··· THE DATA ···
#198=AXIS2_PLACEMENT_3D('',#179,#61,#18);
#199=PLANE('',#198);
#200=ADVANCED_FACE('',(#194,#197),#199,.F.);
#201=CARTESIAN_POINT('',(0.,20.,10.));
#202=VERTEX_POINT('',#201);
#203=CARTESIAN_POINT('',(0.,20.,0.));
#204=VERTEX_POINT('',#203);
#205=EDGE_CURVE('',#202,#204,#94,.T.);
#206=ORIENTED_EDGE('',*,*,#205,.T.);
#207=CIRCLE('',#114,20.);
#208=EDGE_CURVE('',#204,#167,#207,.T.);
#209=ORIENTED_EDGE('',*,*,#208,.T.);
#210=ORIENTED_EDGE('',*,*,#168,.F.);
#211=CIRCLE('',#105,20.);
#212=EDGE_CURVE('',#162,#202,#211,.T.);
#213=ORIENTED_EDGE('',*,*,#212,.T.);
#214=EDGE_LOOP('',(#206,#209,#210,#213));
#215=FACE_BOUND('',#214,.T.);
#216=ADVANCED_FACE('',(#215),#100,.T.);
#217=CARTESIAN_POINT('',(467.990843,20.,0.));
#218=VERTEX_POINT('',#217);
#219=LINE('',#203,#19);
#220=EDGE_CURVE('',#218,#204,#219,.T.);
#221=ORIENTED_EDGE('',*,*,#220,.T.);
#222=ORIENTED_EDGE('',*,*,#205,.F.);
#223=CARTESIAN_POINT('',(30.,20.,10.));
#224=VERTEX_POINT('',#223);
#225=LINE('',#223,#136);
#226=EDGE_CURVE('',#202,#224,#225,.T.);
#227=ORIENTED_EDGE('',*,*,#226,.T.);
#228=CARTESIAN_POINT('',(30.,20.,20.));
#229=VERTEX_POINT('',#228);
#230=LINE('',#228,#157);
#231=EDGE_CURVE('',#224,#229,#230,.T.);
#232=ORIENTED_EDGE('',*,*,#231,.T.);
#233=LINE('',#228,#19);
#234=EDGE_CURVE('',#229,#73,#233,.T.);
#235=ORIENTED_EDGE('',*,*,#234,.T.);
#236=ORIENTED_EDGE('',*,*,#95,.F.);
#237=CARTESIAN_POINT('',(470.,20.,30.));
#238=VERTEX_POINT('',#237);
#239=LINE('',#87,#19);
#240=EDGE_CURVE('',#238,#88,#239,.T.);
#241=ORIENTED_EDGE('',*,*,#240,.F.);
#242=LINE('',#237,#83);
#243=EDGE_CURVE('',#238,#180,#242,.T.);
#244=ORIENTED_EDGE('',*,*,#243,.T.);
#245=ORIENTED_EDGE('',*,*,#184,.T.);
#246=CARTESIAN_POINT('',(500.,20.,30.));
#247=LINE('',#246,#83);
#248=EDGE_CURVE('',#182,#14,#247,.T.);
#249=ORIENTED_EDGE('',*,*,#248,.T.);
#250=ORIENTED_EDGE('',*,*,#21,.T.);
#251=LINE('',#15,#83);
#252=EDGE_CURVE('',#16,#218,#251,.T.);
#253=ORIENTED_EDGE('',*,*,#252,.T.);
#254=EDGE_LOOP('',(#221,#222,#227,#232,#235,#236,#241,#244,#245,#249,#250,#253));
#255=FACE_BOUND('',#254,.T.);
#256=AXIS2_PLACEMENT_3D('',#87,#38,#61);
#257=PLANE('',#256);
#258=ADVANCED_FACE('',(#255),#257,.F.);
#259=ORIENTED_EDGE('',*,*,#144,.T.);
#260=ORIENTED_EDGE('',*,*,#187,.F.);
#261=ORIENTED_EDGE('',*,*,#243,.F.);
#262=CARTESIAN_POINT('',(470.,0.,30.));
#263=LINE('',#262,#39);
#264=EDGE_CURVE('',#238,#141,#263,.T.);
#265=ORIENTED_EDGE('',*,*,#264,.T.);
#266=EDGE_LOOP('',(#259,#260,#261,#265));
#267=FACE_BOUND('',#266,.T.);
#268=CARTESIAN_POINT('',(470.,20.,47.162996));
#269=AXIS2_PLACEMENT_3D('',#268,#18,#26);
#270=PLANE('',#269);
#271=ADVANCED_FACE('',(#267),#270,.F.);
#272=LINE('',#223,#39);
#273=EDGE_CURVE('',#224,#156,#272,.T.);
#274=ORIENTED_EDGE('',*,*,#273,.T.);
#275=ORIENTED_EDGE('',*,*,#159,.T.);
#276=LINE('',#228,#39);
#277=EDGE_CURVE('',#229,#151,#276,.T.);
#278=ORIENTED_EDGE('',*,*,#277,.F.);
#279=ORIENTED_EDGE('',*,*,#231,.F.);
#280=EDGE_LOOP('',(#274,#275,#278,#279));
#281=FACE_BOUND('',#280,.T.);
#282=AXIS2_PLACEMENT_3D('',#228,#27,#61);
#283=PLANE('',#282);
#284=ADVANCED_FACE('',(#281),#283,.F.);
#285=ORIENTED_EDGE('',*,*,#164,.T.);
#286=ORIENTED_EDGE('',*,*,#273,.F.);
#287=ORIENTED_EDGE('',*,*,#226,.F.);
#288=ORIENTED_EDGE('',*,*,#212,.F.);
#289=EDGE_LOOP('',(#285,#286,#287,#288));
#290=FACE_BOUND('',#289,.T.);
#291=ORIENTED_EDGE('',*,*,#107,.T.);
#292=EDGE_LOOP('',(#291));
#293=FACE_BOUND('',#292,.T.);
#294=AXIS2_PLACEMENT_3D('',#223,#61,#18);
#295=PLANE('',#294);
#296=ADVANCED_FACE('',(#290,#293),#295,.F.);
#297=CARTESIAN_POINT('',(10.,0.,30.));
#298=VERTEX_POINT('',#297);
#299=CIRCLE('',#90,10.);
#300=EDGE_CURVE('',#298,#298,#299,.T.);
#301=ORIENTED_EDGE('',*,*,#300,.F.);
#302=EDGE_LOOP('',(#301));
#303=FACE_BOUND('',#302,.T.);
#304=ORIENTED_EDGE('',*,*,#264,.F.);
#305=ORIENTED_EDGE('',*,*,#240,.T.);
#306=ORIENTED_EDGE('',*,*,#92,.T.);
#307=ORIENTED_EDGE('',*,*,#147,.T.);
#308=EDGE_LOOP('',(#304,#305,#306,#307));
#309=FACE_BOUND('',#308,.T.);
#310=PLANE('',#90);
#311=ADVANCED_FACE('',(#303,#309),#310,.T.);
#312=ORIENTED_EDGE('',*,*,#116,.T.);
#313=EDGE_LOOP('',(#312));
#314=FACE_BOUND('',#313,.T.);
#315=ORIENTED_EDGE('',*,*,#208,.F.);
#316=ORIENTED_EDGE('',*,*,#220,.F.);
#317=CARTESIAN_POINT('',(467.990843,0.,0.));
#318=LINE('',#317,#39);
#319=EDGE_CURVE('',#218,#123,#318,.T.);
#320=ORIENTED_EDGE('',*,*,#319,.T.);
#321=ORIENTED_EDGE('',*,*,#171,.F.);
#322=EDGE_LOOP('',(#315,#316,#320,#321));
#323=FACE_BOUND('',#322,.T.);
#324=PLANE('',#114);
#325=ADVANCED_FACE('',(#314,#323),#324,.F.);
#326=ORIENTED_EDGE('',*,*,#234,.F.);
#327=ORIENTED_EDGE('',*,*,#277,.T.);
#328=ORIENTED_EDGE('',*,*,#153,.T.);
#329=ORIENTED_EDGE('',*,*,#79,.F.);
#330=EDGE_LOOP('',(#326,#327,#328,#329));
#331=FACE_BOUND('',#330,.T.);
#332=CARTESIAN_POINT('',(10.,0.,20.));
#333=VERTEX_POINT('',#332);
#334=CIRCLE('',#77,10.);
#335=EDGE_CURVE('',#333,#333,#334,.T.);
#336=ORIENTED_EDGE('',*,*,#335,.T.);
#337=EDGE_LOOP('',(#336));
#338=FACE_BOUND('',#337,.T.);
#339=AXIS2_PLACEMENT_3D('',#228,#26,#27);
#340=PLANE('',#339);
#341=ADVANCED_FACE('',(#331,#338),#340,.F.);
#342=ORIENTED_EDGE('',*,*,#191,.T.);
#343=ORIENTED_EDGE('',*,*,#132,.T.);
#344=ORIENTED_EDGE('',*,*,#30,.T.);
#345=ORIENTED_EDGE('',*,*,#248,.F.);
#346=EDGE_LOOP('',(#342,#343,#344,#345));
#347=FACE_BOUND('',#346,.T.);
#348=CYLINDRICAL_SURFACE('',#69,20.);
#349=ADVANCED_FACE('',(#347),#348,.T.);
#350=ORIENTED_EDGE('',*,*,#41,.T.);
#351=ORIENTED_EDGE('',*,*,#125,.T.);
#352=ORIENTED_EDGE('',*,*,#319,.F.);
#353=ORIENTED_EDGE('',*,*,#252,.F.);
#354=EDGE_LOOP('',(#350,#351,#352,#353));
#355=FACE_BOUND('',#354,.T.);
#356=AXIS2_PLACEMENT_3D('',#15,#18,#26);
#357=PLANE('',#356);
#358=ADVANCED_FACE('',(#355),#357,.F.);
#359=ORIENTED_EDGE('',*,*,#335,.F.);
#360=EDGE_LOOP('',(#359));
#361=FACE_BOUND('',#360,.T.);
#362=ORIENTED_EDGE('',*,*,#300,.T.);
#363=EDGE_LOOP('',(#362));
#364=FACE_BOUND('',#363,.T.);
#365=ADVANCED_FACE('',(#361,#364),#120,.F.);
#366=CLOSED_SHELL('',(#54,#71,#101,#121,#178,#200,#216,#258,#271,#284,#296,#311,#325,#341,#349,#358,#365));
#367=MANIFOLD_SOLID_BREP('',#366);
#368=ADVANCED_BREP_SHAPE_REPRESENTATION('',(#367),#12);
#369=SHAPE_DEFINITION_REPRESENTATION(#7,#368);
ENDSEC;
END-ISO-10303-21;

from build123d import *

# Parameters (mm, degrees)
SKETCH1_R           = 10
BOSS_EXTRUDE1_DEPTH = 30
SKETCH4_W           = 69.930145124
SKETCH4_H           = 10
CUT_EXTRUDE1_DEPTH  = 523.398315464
···
Could you restate, word for word, the lines above from the one with "#226=EDGE_CURVE('',#202,#224,#225,.T.);" to the one with "#237=CARTESIAN_POINT('',(470.,20.,30.));", both included?

# ANSWER BOX:
#226=EDGE_CURVE('',#202,#224,#225,.T.);
#227=ORIENTED_EDGE('',*,*,#226,.T.);
#228=CARTESIAN_POINT('',(30.,20.,20.));
#229=VERTEX_POINT('',#228);
#230=LINE('',#228,#157);
#231=EDGE_CURVE('',#224,#229,#230,.T.);
#232=ORIENTED_EDGE('',*,*,#231,.T.);
#233=LINE('',#228,#19);
#234=EDGE_CURVE('',#229,#73,#233,.T.);
#235=ORIENTED_EDGE('',*,*,#234,.T.);
#236=ORIENTED_EDGE('',*,*,#95,.F.);
#237=CARTESIAN_POINT('',(470.,20.,30.));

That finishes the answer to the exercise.